Another problem of this process is that it may never reach to step 5. Let's say there is no submission in the REVIEW table, and 4 users submit their reviews at the same time. All of them saved their reviews at step 4. After this, later submitter will always be rejected as there are 4 accepted reviews already. But since we never reach step 5, no ids will be recorded into the transaction table and users will never get any rewards.
So here comes my question: How should I handle my use case using Cassandra as the back-end DB? Will Cassandra COUNTER help? If so, how? I have not thought through how to use COUNTER yet, but this blog (http://aphyr.com/posts/294-call-me-maybe-cassandra) warned that Cassandra COUNTER is not safe (quote "Consequently, Cassandra counters will over- or under-count by a wide range during a network partition.") Will Cassandra's Compare and Set (CAS) feature help? If so, how? Again the save blog warned that "Cassandra lightweight transactions are not even close to correct."

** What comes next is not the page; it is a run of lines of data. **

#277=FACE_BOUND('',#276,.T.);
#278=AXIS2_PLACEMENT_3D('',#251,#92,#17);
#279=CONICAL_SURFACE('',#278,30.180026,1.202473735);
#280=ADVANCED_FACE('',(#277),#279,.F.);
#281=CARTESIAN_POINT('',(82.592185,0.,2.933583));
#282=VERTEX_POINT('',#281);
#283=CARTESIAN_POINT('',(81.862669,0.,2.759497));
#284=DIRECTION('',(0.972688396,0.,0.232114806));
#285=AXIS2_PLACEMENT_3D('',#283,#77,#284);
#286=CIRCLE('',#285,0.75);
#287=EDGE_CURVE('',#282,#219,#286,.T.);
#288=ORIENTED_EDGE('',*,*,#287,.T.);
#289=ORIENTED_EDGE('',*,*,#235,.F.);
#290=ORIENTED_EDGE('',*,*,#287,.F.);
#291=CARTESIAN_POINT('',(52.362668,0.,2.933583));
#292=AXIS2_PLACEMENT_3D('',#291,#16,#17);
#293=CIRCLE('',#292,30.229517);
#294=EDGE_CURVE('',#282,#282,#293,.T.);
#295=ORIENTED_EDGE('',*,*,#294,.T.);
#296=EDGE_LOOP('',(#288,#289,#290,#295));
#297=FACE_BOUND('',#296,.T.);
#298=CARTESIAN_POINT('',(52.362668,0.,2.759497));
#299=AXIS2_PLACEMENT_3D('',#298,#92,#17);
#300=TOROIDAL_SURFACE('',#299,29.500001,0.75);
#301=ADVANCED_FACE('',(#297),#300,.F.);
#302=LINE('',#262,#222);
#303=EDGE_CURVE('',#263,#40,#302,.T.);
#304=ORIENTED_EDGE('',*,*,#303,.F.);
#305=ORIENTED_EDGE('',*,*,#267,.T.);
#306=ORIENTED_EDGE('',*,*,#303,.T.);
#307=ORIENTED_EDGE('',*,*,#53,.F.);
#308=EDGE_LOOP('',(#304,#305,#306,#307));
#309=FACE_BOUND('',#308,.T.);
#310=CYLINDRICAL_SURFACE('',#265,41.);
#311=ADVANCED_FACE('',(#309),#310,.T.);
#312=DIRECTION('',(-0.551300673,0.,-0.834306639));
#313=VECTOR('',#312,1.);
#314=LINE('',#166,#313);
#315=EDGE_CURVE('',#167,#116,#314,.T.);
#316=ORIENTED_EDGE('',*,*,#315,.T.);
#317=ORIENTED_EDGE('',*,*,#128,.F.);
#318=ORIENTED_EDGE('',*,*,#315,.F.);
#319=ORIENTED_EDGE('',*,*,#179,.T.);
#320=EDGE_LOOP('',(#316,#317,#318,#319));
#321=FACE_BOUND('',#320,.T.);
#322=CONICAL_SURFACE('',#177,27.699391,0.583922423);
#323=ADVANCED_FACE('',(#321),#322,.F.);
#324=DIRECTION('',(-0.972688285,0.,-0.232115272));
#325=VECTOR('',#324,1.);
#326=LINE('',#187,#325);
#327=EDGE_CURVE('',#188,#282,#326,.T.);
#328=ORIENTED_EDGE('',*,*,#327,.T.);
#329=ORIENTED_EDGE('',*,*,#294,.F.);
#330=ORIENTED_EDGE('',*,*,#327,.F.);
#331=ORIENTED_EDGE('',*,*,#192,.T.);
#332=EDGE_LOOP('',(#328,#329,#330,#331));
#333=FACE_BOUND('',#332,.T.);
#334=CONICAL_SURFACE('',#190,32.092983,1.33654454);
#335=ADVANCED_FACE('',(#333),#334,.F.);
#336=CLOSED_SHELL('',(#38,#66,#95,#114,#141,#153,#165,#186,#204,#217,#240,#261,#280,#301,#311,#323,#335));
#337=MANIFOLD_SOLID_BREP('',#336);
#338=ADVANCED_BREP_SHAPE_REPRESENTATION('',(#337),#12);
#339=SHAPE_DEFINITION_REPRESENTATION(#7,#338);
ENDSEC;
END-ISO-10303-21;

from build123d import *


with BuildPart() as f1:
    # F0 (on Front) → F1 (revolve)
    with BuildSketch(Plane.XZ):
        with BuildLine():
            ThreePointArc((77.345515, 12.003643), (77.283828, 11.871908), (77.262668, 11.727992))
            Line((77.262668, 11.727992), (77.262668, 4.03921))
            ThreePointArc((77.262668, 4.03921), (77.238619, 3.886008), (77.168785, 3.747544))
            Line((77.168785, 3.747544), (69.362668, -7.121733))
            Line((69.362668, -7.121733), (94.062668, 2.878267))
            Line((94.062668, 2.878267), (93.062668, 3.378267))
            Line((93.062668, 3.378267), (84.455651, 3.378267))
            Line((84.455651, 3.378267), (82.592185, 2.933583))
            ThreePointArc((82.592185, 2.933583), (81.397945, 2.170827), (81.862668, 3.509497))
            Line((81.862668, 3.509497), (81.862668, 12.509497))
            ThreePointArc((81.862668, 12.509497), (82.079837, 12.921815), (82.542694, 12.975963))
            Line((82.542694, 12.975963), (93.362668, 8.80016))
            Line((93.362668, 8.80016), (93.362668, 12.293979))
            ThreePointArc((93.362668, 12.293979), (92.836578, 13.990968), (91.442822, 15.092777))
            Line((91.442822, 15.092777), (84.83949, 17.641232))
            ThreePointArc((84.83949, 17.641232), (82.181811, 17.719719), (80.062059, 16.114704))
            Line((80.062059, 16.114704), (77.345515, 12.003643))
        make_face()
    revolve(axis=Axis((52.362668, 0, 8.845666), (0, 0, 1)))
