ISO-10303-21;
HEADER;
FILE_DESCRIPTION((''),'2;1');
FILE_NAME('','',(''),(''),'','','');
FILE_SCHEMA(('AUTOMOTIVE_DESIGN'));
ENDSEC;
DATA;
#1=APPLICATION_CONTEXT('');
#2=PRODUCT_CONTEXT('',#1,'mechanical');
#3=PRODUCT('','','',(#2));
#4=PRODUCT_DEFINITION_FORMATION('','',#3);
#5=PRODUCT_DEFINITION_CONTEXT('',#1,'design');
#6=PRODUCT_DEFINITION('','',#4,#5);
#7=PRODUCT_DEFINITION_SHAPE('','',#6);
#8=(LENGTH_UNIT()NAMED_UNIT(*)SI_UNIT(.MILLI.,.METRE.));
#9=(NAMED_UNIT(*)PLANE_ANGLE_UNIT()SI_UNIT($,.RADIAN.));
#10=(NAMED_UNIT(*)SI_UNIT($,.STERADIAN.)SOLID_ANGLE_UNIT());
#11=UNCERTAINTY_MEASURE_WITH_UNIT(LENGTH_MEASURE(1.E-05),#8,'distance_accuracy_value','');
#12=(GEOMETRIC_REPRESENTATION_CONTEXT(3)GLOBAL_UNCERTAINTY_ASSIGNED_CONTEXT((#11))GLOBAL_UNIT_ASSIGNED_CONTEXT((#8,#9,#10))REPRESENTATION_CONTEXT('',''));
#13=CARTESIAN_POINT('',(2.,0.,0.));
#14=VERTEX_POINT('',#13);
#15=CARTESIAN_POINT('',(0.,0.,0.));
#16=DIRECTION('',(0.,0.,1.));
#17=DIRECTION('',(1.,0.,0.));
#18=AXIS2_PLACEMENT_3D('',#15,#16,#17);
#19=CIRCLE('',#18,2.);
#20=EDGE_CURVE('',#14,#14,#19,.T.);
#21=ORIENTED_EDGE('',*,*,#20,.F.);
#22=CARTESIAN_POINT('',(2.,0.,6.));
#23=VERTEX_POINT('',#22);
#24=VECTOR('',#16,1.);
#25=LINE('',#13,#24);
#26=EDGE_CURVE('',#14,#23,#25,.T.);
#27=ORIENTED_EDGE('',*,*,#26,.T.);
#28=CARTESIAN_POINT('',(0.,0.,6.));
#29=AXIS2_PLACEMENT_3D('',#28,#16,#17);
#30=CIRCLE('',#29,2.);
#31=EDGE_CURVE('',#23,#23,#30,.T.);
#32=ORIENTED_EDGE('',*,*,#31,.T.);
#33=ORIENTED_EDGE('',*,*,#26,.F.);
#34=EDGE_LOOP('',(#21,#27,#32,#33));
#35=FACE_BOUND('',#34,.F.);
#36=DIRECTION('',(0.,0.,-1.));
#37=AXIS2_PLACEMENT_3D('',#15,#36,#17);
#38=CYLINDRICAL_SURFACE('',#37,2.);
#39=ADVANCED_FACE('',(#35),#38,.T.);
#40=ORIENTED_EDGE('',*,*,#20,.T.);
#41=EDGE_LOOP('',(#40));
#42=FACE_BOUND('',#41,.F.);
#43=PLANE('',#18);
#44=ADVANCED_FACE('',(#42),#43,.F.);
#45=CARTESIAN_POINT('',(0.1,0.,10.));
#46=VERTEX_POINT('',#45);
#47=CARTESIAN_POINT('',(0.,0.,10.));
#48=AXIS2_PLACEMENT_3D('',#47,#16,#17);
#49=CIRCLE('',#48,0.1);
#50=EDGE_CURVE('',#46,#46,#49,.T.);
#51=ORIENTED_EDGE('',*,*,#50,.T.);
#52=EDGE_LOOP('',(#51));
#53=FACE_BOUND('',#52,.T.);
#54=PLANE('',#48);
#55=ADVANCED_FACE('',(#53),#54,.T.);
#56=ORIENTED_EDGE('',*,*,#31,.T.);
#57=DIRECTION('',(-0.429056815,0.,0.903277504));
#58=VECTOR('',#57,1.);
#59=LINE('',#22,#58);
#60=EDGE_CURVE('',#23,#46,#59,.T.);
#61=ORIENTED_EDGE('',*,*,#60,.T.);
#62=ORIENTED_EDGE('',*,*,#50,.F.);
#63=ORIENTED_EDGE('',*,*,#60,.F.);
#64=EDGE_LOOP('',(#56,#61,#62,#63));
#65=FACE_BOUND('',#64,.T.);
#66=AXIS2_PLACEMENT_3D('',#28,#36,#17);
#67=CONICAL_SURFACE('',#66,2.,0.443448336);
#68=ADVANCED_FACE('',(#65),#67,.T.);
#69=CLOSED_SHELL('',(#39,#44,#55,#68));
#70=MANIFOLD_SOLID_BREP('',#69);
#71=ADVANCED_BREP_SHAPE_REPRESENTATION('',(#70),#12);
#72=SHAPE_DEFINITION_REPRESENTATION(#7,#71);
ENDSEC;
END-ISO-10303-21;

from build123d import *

# Parameters (mm, degrees)
CYLINDER_R     = 2
CYLINDER_DEPTH = 10
CHAMFER_SIZE2  = 1.9
CHAMFER_SIZE   = 4


with BuildPart() as part:
    # Cylinder → Cylinder (new body)
    with BuildSketch(Plane.XY):
        Circle(CYLINDER_R)
    extrude(amount=CYLINDER_DEPTH)

    # Chamfer
    chamfer_edges = [part.edges().sort_by_distance(p)[0] for p in [
        (-2, 0, 10),
    ]]
    chamfer_side = part.faces().sort_by_distance((-2, 0, 5))[0]
    chamfer(chamfer_edges, length=CHAMFER_SIZE, length2=CHAMFER_SIZE2, reference=chamfer_side)


solid = part.part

Rather than creating empty entries in your review table, I would consider leaving it empty and only filling it as the reviews are submitted. To handle concurrency, add a timeuuid field as a sorting key:
CREATE TABLE review(
paper_id uuid,
submission_time timeuuid,
user_id uuid,
content text,
PRIMARY KEY (paper_id, submission_time)
);
When a user makes their submission, add the entry to the table. Then AFTER the write is successful, query the table (on only the paper_id) and find out if the user's id is one of the first three. Respond to the user accordingly. Since you're committed to a small set of reviewers, the extra overhead of fetching all the reviews should be minimal (especially since you wouldn't need to include the content column in the query).
If you need to track who's reviewing the papers, add a set of user ids to the paper table and write the six user ids there.